After what initially could have been an uncontested election, the Elections Committee (EC) officially commenced the campaign for UGBC president and executive vice president in an invigorated kick-off event in the Cabaret Room on Sunday night.
This year’s campaign season will last from today until next Wednesday. With only 10 days to hone their messages, the candidates rallied their supporters and gave a broad overview of their platforms last night.
Attendees supporting Lucas Levine and Vance Vergara, both A&S ’15, donned blue t-shirts, while those supporting Nanci Fiore-Chettiar and Chris Marchese, both A&S ’15, wore red t-shirts. Michael Moazampour and Robert Watt, both A&S ’16-the only sophomore team in the race-had green t-shirts to pass out, but few of their supporters turned out to the event.
This year, all t-shirt orders were placed through the EC and the cost was deducted from the teams’ $300 spending limit.
Rachel Fagut and Ross Fishman, both co-chairs and CSOM ’14, hosted the event and introduced the candidates to an audience of about 200 students.
Fiore-Chettiar and Marchese, who currently serve as UGBC senators, were first to introduce themselves and their general platform.
“We believe that UGBC needs to be an advocate that actually delivers on the promise the candidate makes,” Marchese said. “So, we’ve been disappointed with the organization this year. We’ve been disappointed in UGBC for awhile.”
Fiore-Chettiar and Marchese introduced an ambitious platform that focuses on three main areas: advocacy, “communiversity,” and tangibility. Along those lines, they introduced a number of ideas on which they hope to deliver-such as flexibility with the academic core, addressing mental health problems, and updating the UGBC website.
“The bottom line is that UGBC can be better,” Fiore-Chettiar said.
Fagut and Fishman next introduced Moazampour and Watt, the youngest team in the race. If elected, Moazampour would be the first sophomore president since Setti Warren, now the mayor of Newton and A&S ’93, was elected in 1991.
“We’re not in this race because it’s easy, we are in this race because it’s tough, it’s a challenge,” Moazampour said.
Moazampour said that he and his running mate would introduce a series of “dramatic reforms,” including installing water filters in every dorm and pushing for fruit and nut trees to be planted around campus.

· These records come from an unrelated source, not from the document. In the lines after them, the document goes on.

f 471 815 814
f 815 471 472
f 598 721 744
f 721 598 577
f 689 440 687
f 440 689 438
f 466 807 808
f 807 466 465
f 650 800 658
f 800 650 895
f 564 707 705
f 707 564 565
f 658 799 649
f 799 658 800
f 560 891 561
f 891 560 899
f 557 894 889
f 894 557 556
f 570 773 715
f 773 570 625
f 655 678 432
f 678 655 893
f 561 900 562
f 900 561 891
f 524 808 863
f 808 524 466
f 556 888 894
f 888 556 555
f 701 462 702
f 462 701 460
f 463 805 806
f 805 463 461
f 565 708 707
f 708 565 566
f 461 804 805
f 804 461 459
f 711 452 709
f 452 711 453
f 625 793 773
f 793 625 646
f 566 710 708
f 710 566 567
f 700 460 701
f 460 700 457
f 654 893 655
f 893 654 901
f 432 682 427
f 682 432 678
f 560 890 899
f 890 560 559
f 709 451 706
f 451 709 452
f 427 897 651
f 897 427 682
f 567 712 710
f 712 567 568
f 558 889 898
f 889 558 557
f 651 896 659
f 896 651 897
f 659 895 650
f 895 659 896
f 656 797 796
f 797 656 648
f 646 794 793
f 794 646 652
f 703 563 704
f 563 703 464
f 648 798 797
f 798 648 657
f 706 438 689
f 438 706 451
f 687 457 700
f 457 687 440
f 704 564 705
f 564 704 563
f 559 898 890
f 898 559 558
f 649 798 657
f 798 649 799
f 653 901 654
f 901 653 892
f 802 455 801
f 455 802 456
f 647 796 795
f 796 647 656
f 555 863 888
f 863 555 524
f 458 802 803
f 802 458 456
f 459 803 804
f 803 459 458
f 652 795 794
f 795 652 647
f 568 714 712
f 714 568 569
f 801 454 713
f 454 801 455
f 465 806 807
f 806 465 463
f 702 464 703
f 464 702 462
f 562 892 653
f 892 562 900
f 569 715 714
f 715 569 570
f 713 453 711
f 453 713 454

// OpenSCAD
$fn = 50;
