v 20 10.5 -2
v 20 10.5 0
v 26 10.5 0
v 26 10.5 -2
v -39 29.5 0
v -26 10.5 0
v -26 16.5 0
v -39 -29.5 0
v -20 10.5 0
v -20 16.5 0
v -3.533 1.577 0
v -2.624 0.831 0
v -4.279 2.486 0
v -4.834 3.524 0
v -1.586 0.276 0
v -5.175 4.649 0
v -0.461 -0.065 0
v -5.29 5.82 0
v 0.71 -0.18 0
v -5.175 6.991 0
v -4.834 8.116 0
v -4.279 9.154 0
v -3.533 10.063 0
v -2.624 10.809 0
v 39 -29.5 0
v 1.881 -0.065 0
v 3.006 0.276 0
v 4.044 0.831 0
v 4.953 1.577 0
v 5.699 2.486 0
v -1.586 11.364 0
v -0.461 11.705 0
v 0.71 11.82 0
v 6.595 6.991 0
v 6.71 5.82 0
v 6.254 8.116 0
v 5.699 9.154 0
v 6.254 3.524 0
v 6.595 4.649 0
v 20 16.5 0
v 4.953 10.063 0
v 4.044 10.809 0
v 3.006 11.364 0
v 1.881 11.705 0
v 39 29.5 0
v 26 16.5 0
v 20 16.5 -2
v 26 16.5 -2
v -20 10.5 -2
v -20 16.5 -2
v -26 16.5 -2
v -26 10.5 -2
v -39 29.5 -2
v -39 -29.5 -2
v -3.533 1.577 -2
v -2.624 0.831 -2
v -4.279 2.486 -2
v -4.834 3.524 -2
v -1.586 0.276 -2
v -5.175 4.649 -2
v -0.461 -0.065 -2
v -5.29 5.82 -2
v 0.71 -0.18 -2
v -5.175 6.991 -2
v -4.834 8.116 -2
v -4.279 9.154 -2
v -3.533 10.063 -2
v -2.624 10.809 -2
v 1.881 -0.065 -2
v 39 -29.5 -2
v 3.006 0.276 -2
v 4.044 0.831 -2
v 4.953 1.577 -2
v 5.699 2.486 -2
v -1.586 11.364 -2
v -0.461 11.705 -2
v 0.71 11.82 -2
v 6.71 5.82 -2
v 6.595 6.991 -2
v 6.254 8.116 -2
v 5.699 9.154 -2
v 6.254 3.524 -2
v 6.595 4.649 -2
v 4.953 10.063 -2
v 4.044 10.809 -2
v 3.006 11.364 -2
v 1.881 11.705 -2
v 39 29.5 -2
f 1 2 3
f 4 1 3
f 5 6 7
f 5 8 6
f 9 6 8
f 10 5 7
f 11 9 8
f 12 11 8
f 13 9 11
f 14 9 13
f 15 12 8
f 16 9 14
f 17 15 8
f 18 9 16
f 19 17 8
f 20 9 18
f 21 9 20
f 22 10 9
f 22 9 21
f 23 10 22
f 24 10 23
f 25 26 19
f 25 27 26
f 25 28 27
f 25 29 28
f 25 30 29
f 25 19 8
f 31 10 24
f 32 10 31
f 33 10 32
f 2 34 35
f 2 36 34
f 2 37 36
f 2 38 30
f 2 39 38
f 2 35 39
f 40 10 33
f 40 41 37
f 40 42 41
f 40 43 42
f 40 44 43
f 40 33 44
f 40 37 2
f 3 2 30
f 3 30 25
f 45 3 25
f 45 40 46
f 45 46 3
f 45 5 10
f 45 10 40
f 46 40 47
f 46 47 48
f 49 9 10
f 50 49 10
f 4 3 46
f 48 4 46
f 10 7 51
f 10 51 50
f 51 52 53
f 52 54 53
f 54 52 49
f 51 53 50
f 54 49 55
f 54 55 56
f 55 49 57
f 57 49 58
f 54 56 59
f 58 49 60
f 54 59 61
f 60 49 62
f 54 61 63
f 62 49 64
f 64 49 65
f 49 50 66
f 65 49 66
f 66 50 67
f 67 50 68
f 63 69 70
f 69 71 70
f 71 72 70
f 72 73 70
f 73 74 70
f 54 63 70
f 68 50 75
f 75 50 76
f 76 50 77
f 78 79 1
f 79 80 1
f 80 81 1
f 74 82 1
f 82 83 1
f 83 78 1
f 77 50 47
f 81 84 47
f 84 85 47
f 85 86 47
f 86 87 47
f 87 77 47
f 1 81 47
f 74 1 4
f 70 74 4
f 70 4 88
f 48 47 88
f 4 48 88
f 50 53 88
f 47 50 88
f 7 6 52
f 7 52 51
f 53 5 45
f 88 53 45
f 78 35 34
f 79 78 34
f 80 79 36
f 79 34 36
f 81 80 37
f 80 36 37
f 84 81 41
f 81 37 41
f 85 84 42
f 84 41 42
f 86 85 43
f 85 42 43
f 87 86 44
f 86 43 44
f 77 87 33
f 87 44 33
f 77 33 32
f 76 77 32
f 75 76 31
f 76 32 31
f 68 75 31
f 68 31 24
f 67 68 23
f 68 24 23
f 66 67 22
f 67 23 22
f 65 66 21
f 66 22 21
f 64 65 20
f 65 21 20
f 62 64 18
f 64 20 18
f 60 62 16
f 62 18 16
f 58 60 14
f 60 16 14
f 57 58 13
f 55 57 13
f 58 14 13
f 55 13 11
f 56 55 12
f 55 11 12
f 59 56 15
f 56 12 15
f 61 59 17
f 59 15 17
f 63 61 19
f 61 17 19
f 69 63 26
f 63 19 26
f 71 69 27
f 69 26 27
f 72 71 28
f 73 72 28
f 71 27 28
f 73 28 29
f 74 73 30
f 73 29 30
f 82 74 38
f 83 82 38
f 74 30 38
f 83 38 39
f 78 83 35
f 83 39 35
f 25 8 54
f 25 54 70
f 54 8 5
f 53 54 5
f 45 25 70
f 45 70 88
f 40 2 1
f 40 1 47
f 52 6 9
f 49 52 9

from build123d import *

# Parameters (mm, degrees)
SKETCH1_W           = 78
SKETCH1_H           = 59
SKETCH1_R           = 6.000383827
SKETCH1_W_2         = 6
SKETCH1_H_2         = 6
BOSS_EXTRUDE1_DEPTH = 2


with BuildPart() as part:
    # Sketch1 → Boss-Extrude1 (new body)
    with BuildSketch(Plane.XY):
        Rectangle(SKETCH1_W, SKETCH1_H)
        with Locations((0.71, 5.82)):
            Circle(SKETCH1_R, mode=Mode.SUBTRACT)
        with Locations((-23, 13.5)):
            Rectangle(SKETCH1_W_2, SKETCH1_H_2, mode=Mode.SUBTRACT)
        with Locations((23, 13.5)):
            Rectangle(SKETCH1_W_2, SKETCH1_H_2, mode=Mode.SUBTRACT)
    extrude(amount=-BOSS_EXTRUDE1_DEPTH)


solid = part.part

They also would advocate for instituting double major advising. Currently, students who double major are only assigned a faculty advisor from the department of their first major.
“We feel that there is a disconnect between UGBC and the students as a whole,” Watt said. “We seek to bridge that gap. Our impact will extend far beyond simply a Facebook page or emails. Instead, it will feature a personal touch.”
If elected, Moazampour and Watt say they would host weekly updates around campus wherein students could voice their concerns and learn about UGBC initiatives.
Levine and Vergara were introduced last.
Their platform focuses mostly on areas of advocacy. They pledged to work with organizations such as To Write Love on Her Arms, the BC chapter of a national organization that aims to give hope to those struggling with addiction, depression, and self-injury.
They also said they would plan a mental-health awareness week modeled after the Women’s Resource Center’s (WRC) Love Your Body Week.
“We’re going to work tirelessly with the administration to overcome any hurdles to fostering an inclusive community worthy of the Jesuit name,” Levine said. “We’re going to expand the BC Ignites series to include discussion of diversity issues.”
Levine also said his administration would work with the WRC to implement a solution to body image issues among women, and that they would encourage greater female involvement in the student government.
Another component of their platform aims to address the everyday needs of students, such as instituting a 24-hour print station on campus.
All three teams acknowledged the growing divide between UGBC and the student body-and, in some way, each team committed to greater transparency, accountability, and responsiveness to student concerns.
At the conclusion of the event, the EC conducted an informal straw poll to gauge the attendees’ support. Levine and Vergara received 100 votes, Fiore-Chettiar and Marchese came in second with 75 votes, and the Moazampour and Watt ticket received no votes.
In an informal setting like the kick-off event, the straw poll results are not necessarily an indication of the final election results. It does show, however, that the Levine-Vergara and Fiore-Chettiar-Marchese tickets were able to turn out strong support at the first official campaign event.
Because only three teams are running, the EC will not hold a primary election, as it has in past years. Online voting will begin on Tuesday, Feb. 18, and close on Wednesday, Feb. 19 at 8 p.m.
According to the EC election code, which was adopted in November to reflect changes in the length of the campaign and the disciplinary infraction system, BC organizations cannot endorse candidates. Individuals associated with an organization, however, are not barred from endorsing candidates, so long as he or she does so independent of the organization.
Campaigning on campus will be permitted up until voting closes next Wednesday night. Residence Hall campaigning will be restricted to times set by the EC.